- Directions for this task
Scan the listing for the word "with", and copy out each line where it is found.

++++ Exercise data ++++

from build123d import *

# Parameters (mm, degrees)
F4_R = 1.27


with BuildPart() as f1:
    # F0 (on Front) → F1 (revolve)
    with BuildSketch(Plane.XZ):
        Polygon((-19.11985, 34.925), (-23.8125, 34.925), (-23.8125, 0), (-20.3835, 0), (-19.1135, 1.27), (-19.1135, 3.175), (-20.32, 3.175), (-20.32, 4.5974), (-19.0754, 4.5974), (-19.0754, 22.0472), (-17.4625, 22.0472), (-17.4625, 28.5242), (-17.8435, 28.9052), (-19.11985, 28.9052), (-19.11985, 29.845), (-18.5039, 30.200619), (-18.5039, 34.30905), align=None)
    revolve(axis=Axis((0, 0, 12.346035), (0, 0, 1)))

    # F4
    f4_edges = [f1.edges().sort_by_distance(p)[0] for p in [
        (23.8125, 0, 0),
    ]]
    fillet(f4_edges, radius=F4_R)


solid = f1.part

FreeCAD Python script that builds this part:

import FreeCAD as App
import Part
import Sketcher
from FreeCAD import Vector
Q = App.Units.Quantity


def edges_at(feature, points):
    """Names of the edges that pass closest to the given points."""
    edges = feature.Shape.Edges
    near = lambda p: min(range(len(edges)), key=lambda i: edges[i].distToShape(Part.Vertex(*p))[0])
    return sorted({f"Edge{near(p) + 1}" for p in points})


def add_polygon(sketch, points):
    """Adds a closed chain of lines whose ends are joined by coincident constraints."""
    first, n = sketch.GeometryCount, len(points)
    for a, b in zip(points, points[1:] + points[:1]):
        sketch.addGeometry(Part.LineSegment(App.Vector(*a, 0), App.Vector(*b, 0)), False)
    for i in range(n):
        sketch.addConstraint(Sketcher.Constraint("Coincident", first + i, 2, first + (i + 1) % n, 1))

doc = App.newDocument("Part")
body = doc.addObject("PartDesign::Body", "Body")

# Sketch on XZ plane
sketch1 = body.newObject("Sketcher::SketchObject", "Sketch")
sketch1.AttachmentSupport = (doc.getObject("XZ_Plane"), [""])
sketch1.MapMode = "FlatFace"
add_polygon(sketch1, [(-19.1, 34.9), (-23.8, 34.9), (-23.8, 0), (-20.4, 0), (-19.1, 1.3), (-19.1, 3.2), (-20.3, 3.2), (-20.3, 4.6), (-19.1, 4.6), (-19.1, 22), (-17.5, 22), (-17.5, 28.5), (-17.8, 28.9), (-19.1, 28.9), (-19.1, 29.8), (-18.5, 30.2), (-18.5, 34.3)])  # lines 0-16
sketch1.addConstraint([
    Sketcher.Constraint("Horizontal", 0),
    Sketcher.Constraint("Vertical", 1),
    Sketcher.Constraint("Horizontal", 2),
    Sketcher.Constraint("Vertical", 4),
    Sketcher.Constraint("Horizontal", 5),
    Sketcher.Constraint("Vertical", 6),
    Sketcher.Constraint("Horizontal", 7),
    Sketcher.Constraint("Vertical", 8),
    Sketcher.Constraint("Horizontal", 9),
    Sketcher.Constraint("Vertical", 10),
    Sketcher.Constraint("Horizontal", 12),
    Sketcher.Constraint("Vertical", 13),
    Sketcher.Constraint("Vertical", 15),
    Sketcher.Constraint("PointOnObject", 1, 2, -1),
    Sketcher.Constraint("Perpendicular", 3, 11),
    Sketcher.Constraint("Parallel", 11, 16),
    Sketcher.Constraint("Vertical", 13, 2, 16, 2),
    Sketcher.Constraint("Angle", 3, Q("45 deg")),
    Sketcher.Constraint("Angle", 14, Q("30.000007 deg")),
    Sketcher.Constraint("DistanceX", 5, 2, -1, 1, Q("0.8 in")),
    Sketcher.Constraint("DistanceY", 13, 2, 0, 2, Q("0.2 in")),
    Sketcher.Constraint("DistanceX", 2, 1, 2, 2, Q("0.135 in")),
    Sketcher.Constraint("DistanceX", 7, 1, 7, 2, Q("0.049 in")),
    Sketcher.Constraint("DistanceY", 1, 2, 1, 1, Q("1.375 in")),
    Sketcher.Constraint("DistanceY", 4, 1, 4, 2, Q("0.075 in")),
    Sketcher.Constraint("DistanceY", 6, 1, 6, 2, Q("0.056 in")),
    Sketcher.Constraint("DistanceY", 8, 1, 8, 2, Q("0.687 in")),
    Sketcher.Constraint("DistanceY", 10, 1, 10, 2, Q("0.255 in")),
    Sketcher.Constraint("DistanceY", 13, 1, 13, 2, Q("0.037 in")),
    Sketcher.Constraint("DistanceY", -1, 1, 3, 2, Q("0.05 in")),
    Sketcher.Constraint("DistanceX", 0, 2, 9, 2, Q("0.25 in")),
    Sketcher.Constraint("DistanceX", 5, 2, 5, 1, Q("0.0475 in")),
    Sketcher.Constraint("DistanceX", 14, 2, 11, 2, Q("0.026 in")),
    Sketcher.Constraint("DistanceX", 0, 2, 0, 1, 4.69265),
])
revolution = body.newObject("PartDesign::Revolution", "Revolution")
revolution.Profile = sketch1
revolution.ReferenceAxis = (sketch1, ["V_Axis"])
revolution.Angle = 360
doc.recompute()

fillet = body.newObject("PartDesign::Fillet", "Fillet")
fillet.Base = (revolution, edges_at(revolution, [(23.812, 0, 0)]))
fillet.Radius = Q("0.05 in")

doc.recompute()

++++
++++ Exercise data ++++

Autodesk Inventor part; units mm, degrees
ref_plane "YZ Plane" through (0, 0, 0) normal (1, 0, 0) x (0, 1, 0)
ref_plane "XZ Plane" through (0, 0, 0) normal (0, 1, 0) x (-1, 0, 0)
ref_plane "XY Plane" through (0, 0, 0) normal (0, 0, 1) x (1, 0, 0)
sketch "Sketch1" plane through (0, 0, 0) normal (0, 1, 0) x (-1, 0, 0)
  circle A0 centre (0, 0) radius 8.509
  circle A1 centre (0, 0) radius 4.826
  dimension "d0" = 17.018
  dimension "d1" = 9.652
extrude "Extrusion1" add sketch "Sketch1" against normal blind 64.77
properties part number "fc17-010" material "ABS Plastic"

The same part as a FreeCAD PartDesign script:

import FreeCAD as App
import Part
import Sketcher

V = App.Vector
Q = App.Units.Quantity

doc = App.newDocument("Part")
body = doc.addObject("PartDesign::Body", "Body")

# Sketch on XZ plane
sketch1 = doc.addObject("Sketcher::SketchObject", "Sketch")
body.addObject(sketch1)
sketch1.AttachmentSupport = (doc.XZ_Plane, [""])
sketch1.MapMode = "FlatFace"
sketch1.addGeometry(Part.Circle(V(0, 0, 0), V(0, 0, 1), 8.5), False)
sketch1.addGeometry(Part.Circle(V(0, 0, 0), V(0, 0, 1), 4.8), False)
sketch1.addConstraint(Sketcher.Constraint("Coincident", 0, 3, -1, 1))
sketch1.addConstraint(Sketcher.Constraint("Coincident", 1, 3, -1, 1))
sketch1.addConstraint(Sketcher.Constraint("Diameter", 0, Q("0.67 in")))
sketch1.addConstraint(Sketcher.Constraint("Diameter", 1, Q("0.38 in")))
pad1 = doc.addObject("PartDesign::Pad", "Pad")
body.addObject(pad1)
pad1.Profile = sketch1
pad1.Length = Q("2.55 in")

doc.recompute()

++++
++++ Exercise data ++++

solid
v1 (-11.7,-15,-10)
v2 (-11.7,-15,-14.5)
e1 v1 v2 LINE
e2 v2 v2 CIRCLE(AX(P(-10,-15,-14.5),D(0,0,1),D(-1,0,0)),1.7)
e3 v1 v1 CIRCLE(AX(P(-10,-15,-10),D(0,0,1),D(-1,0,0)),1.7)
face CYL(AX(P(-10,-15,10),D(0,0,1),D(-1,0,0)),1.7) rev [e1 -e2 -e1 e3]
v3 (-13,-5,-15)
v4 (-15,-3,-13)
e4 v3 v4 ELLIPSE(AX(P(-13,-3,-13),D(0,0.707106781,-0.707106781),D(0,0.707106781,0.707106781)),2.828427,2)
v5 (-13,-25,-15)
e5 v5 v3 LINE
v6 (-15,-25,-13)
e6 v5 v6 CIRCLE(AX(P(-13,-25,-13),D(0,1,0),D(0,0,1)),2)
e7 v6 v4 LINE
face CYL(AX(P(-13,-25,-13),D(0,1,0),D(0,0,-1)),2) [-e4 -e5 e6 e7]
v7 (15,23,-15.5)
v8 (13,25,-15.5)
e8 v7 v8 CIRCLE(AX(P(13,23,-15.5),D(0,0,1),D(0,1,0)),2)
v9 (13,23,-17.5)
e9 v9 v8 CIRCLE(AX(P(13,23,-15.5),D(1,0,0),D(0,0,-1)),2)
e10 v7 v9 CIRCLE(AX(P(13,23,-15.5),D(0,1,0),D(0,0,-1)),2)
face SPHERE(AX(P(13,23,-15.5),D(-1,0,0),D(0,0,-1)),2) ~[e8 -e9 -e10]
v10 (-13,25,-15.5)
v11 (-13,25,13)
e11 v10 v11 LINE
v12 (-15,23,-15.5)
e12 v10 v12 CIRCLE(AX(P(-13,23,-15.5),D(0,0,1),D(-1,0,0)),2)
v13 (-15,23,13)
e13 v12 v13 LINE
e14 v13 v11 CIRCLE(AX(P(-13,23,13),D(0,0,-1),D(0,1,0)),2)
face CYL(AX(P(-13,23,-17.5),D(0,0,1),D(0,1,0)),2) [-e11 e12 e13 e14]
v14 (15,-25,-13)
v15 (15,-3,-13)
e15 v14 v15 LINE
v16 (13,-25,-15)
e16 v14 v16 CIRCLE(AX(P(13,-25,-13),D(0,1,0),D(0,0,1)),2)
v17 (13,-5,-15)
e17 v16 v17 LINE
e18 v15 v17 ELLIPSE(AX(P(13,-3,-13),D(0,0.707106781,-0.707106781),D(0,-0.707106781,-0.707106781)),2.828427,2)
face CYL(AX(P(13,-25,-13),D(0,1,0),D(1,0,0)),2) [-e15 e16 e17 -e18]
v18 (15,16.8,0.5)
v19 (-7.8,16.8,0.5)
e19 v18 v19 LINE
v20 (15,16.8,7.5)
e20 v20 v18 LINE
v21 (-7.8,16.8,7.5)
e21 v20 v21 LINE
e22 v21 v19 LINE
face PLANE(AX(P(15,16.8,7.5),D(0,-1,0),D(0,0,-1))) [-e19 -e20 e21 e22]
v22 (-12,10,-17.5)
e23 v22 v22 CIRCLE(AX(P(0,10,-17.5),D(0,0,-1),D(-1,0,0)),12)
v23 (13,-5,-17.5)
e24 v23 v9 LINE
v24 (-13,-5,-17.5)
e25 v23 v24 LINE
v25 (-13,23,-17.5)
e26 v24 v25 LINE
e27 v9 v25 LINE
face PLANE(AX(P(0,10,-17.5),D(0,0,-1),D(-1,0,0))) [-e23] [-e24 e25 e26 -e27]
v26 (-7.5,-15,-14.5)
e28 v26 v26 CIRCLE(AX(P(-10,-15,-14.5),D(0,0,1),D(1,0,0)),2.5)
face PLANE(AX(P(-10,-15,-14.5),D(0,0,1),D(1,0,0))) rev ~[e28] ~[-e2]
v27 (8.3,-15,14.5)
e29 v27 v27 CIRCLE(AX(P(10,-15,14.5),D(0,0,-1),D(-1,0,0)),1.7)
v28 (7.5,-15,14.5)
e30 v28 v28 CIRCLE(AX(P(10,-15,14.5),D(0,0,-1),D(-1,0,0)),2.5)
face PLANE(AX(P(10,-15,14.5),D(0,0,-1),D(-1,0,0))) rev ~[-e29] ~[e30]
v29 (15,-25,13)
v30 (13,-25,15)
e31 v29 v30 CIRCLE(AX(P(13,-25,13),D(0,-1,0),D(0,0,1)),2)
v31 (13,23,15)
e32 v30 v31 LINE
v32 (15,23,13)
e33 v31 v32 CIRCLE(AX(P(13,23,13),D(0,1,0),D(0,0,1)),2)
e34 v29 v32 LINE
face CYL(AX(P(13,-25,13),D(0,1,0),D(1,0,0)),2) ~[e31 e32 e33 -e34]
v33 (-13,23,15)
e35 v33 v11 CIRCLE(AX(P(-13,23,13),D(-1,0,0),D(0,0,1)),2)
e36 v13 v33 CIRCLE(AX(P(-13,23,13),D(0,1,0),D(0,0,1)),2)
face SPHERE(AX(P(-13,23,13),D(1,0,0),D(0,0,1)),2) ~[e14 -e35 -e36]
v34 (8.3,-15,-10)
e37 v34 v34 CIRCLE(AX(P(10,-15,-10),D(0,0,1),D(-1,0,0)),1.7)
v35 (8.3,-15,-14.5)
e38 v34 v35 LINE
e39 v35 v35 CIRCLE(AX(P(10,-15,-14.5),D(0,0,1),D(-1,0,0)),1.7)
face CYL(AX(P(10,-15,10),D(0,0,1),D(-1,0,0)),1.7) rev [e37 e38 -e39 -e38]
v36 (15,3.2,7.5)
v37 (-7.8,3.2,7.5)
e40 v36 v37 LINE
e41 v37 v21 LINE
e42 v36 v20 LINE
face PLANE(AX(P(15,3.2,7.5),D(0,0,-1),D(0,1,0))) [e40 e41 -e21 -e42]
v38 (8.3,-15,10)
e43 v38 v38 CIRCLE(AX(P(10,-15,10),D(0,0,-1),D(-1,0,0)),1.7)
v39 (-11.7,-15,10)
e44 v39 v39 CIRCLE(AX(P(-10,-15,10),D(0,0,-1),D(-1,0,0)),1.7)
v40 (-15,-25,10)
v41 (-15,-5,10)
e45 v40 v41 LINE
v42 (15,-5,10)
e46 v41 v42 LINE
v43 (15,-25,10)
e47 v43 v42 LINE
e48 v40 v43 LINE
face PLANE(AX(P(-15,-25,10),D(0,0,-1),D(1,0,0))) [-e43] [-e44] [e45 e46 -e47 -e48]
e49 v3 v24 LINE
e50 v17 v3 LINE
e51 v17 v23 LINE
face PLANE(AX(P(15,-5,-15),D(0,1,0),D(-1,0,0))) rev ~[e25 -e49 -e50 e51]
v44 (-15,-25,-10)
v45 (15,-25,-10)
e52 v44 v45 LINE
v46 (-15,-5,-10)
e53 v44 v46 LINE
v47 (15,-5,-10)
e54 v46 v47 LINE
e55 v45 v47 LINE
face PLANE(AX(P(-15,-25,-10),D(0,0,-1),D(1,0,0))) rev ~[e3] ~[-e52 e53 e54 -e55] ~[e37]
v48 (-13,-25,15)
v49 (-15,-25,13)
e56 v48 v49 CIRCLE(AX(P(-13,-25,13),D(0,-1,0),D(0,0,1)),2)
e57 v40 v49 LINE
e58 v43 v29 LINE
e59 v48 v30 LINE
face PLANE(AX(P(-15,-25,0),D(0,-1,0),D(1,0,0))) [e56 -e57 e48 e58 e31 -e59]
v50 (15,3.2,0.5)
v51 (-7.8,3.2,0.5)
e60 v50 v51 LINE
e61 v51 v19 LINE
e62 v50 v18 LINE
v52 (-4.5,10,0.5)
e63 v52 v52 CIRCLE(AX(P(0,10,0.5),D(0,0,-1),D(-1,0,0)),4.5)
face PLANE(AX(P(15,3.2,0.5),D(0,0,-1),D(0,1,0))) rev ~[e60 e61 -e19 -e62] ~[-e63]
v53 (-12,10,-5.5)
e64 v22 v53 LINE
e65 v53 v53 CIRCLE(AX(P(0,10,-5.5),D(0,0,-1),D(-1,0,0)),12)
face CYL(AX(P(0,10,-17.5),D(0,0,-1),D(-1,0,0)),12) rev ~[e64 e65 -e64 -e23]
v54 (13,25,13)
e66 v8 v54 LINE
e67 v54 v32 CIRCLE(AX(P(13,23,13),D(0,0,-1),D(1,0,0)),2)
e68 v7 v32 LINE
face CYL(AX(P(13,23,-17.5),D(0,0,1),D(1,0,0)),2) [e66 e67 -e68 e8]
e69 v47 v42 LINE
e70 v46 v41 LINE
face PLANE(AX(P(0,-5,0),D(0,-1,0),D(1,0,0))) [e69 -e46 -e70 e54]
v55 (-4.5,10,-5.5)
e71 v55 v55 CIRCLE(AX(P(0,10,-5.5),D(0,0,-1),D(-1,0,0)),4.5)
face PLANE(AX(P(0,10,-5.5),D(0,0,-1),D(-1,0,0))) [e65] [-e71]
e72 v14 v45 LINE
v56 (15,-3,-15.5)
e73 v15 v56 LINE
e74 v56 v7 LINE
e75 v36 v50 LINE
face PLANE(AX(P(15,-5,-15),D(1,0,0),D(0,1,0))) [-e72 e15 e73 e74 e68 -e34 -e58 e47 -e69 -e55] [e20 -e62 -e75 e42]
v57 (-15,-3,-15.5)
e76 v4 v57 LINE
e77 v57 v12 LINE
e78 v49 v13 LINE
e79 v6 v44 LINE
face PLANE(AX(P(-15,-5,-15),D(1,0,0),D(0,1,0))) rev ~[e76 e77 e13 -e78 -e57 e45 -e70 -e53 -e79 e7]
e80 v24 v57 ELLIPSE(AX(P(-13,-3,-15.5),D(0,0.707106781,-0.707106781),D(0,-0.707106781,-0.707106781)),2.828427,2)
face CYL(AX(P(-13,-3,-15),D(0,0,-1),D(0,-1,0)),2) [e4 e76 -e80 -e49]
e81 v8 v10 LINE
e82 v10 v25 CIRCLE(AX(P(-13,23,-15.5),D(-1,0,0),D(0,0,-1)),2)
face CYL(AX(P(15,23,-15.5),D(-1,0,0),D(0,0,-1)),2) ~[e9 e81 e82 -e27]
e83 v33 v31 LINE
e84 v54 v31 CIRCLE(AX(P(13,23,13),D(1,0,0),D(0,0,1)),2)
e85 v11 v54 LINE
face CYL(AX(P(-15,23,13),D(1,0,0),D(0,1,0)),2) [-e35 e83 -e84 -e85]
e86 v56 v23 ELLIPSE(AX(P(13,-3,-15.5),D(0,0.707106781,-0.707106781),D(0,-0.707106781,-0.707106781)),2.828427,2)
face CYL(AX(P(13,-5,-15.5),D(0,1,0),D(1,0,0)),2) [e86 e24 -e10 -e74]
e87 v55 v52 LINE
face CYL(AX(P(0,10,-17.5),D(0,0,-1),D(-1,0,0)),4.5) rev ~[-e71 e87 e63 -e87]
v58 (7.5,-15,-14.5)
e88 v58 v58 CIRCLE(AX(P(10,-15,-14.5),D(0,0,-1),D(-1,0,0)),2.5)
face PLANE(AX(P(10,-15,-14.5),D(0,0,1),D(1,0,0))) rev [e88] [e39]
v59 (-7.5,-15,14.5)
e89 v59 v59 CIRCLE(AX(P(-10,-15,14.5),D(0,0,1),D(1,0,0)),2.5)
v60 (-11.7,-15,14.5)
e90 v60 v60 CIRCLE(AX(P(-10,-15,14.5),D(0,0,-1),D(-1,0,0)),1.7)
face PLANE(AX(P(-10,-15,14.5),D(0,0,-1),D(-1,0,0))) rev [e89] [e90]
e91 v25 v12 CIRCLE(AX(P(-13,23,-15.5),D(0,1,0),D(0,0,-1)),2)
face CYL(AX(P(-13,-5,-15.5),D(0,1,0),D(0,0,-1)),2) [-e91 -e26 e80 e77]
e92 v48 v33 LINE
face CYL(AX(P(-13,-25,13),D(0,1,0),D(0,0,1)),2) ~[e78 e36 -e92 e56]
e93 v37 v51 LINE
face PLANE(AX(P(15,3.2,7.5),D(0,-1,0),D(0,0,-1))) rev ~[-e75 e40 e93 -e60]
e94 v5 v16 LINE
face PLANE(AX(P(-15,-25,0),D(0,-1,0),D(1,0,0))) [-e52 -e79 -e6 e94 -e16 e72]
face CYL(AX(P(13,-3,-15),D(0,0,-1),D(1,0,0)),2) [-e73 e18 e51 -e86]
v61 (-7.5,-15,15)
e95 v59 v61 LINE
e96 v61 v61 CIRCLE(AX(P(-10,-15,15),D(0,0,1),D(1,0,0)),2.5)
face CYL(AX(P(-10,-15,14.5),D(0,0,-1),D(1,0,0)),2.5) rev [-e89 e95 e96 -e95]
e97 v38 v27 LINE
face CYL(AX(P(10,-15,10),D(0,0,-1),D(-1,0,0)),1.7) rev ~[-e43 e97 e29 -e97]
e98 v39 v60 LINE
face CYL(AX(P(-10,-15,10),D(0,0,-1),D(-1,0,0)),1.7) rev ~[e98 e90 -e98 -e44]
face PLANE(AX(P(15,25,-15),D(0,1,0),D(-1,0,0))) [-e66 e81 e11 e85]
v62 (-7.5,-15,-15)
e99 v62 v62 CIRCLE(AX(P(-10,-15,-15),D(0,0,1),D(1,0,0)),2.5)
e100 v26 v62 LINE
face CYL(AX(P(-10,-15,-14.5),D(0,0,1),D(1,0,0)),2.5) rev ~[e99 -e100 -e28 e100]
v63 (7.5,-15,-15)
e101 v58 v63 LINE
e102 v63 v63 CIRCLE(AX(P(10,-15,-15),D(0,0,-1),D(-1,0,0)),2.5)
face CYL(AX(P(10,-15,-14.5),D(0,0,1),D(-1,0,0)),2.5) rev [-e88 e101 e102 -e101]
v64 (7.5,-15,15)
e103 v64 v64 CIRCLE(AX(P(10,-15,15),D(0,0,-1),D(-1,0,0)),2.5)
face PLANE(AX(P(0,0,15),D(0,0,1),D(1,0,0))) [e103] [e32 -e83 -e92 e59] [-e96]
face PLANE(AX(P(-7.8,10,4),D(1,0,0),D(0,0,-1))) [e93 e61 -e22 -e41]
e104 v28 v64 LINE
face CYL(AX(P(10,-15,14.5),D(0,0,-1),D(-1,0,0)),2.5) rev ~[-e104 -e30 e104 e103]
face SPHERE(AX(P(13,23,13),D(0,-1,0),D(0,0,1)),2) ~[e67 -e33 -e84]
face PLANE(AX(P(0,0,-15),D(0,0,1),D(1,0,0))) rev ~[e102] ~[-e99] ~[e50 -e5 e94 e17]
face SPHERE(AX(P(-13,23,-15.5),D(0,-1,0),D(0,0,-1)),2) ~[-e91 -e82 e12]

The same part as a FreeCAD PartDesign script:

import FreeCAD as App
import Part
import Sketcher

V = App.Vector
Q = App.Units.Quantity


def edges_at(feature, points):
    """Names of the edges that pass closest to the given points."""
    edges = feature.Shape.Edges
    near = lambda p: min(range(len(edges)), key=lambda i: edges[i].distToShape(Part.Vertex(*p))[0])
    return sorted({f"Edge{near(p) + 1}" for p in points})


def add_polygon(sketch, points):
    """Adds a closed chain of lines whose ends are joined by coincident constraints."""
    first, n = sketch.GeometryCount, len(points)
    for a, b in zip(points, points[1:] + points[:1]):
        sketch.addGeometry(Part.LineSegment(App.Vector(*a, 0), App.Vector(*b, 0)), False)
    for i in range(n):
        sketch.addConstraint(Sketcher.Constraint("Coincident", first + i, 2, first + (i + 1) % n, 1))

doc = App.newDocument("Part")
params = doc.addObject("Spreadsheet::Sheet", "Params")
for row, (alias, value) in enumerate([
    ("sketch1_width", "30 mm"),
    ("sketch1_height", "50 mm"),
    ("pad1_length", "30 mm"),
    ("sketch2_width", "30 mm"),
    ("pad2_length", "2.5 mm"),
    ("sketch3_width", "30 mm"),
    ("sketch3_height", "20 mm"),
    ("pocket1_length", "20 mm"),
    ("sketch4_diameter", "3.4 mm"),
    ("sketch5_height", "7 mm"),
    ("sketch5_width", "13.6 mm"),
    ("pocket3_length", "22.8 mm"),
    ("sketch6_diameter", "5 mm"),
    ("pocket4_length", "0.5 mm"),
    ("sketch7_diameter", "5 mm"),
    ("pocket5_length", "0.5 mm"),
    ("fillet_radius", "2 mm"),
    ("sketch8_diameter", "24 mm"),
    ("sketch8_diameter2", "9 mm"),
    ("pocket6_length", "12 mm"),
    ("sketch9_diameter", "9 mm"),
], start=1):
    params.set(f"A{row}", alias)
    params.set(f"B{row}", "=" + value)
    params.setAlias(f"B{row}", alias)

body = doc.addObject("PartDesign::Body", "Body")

++++

- Task output
with BuildPart() as f1:
    with BuildSketch(Plane.XZ):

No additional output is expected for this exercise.